Understanding OAuth Access Tokens
OAuth is an open standard for authorization. OAuth allows users to share their private resources stored on one site with another site without having to hand out their credentials, typically supplying username and password tokens instead. Each token grants access to a specific site for specific resources and for a defined duration. This allows a user to grant a third-party site access to their information stored with another service provider, without sharing their access permissions or the full extent of their data.
Digital River Connect APIs grant the following OAuth token types:
Limited Access Token—A limited access token only grants you access to the Shopper APIs that do not require a consumer context. This token allows you to send API requests against resources that are not shopper-protected. However, you are limited to non-protected resources. A limited access token is considered an authenticated token; however, it is not an authorized token that provides full access.
Full Access Token—To access all the features of the Shopper APIs, you need to get an authorized token. A full access token is only granted when the shopper explicitly allows your application to access their personal data. The shopper is the only one who can grant this token. This is accomplished by sending the shopper to the Global Commerce (GC) platform for authentication. After a shopper identifies themselves and explicitly grants your application permission to access their protected resources, your application has access to the full API.
Valid Token Types
The OAuth specification defines the available application type as follows:
- Public—Applications are incapable of maintaining the confidentiality of their credentials or securely authenticating by any other means. For example, a public application includes those executing on a device used by the resource owner, such as installed native applications. All calls use an HTTP Basic Authentication header, with the client ID (API key) as the username; the secret key is never used.

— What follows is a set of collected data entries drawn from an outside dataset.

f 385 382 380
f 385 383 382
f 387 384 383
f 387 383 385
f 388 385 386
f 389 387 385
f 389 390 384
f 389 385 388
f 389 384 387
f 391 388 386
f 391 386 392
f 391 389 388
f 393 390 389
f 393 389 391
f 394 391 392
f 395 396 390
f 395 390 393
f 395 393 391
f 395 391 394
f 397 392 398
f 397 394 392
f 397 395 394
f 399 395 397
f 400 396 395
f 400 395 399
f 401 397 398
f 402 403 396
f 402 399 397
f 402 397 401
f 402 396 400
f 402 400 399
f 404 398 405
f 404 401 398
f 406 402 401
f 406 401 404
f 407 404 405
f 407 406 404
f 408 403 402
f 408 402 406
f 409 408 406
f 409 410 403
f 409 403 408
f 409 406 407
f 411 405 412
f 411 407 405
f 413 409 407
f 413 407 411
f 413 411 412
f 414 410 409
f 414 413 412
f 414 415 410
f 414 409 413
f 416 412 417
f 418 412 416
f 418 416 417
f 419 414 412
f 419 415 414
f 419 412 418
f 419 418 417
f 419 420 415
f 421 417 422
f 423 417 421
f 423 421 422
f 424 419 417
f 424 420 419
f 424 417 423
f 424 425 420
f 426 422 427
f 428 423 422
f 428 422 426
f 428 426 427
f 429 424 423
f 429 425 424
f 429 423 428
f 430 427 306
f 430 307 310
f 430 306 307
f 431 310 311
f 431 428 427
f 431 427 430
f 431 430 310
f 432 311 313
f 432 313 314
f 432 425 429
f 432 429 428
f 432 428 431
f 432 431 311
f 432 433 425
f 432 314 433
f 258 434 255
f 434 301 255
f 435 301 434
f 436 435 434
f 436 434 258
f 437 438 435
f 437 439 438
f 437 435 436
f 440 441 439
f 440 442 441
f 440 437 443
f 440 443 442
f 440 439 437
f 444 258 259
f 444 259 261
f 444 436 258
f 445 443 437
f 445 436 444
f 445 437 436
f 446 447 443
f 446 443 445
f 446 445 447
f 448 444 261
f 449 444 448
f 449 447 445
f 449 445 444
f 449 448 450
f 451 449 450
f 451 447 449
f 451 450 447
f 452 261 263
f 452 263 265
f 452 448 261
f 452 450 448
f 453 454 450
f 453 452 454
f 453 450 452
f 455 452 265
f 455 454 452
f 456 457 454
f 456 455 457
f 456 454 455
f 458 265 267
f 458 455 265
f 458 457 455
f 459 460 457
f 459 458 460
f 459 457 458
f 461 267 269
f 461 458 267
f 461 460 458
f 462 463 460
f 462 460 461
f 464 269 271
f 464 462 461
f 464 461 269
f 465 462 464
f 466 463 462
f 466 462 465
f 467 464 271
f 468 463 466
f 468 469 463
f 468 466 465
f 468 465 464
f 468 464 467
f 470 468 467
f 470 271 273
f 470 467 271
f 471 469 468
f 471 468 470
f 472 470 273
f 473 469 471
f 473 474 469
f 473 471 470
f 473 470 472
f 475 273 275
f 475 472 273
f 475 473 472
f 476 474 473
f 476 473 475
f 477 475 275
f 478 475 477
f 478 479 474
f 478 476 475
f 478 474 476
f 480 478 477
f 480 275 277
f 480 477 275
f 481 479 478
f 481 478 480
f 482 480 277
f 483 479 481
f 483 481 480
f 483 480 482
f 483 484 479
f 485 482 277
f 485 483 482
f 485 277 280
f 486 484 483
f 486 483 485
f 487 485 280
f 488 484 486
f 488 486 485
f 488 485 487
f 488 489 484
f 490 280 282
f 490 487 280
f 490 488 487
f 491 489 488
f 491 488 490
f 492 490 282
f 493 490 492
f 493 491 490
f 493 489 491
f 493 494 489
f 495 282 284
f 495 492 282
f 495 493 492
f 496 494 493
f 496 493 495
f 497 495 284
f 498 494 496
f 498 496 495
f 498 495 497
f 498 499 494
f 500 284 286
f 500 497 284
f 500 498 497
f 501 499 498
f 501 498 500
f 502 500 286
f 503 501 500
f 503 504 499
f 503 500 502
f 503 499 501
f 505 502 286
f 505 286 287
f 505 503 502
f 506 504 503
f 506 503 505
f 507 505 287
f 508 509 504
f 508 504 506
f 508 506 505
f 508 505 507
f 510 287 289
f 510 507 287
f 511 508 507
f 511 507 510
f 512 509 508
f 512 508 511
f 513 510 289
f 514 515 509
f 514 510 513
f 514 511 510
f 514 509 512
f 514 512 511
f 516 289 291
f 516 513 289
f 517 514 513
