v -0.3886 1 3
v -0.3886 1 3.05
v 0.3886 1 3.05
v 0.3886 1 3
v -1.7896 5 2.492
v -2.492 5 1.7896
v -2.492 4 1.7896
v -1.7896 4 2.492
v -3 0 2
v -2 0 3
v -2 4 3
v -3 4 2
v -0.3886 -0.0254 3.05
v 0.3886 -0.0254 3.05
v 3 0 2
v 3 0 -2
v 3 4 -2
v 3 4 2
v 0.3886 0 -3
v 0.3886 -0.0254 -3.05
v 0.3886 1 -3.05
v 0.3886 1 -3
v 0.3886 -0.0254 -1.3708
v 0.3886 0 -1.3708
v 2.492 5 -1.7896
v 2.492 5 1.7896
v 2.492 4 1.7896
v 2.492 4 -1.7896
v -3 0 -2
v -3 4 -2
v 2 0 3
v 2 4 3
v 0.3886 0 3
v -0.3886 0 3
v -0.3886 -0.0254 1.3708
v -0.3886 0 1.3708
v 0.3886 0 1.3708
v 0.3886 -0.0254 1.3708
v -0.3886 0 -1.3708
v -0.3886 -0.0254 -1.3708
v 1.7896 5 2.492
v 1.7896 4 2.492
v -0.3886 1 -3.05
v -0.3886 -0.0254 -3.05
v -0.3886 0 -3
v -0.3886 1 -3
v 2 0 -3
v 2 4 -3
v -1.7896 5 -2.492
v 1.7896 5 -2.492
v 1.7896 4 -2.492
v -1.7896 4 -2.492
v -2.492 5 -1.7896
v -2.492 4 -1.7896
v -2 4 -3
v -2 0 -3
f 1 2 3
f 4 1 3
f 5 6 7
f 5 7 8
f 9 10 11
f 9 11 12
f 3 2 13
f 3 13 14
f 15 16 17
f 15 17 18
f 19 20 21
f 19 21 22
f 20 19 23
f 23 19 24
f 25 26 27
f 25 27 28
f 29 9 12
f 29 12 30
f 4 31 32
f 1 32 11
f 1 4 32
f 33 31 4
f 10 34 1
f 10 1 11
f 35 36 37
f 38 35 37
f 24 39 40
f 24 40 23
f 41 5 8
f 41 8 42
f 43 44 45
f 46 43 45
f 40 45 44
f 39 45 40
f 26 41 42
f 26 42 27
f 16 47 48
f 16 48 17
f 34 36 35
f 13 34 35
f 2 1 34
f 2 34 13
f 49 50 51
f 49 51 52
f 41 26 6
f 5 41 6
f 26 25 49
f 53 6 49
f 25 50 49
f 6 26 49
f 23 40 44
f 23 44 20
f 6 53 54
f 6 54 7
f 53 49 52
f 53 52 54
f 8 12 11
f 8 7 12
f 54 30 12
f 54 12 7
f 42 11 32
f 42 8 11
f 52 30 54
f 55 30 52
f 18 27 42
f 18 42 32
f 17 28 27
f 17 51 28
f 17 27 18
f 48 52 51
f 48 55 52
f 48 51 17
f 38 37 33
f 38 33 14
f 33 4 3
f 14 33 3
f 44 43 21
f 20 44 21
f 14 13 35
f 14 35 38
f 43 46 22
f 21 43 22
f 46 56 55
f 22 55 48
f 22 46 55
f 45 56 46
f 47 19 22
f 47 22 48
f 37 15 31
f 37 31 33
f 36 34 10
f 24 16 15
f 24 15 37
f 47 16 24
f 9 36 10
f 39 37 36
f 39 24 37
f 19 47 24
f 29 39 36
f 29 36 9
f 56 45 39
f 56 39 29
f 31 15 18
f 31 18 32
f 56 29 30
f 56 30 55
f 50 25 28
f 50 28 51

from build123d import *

# Parameters (mm, degrees)
BOSS_EXTRUDE1_DEPTH      = 5
CUT_EXTRUDE1_DEPTH       = 1
BOSS_EXTRUDE2_DEPTH      = 0.0254
BOSS_EXTRUDE2_DEPTH_BACK = 1
SKETCH3_W                = 0.777152918
SKETCH3_H                = 1.679205413


with BuildPart() as part:
    # Sketch1 → Boss-Extrude1 (new body)
    with BuildSketch(Plane(origin=(0, 0, 0), x_dir=(1, 0, 0), z_dir=(0, 1, 0))):
        Polygon((-3, 2), (-2, 3), (2, 3), (3, 2), (3, -2), (2, -3), (-2, -3), (-3, -2), align=None)
    extrude(amount=BOSS_EXTRUDE1_DEPTH)

    # Sketch2 → Cut-Extrude1 (cut)
    with BuildSketch(Plane(origin=(0, 5, 0), x_dir=(1, 0, 0), z_dir=(0, 1, 0))):
        Polygon((3, -2), (3, 2), (2, 3), (-2, 3), (-3, 2), (-3, -2), (-2, -3), (2, -3), align=None)
        Polygon((2.492, -1.78957951), (2.492, 1.78957951), (1.78957951, 2.492), (-1.78957951, 2.492), (-2.492, 1.78957951), (-2.492, -1.78957951), (-1.78957951, -2.492), (1.78957951, -2.492), align=None, mode=Mode.SUBTRACT)
    extrude(amount=-CUT_EXTRUDE1_DEPTH, mode=Mode.SUBTRACT)

    # Sketch3 → Boss-Extrude2 (add, two sides: drawn at the far end of the back side and taken through both)
    with BuildSketch(Plane.XZ.offset(-BOSS_EXTRUDE2_DEPTH_BACK)):
        with Locations((0, 2.210397294)):
            Rectangle(SKETCH3_W, SKETCH3_H)
        with Locations((0, -2.210397294)):
            Rectangle(SKETCH3_W, SKETCH3_H)
    extrude(amount=BOSS_EXTRUDE2_DEPTH + BOSS_EXTRUDE2_DEPTH_BACK)


solid = part.part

- Confidential—Applications are capable of maintaining the confidentiality of their credentials, or are otherwise capable of secure client authentication. An example of a confidential application includes a client implemented on a secure server. All calls are done with an HTTP Basic Authentication header, with the client ID (API key) as the username and the secret key as the password.
See Public Versus Confidential Application Flows for more information.
The following table indicates which token types allow access to a resource.
✓–A check mark indicates the token type provides access to a resource.
✗–A cross mark indicates the token type does not provide access to a resource.
*–If a method has token requirements that differ from the other methods within a resource, the method is explicitly listed in the table.
Access Token TTL
The access token time-to-live (TTL) limits the lifespan of the access token. When using TTL, consider the following:
- The default value is 24 hours.
- By default, tokens remain valid for the same duration as Digital River-hosted storefront pages.
expires_in property is the TTL value for the access token. An application can store a valid access token and re-use it until it expires.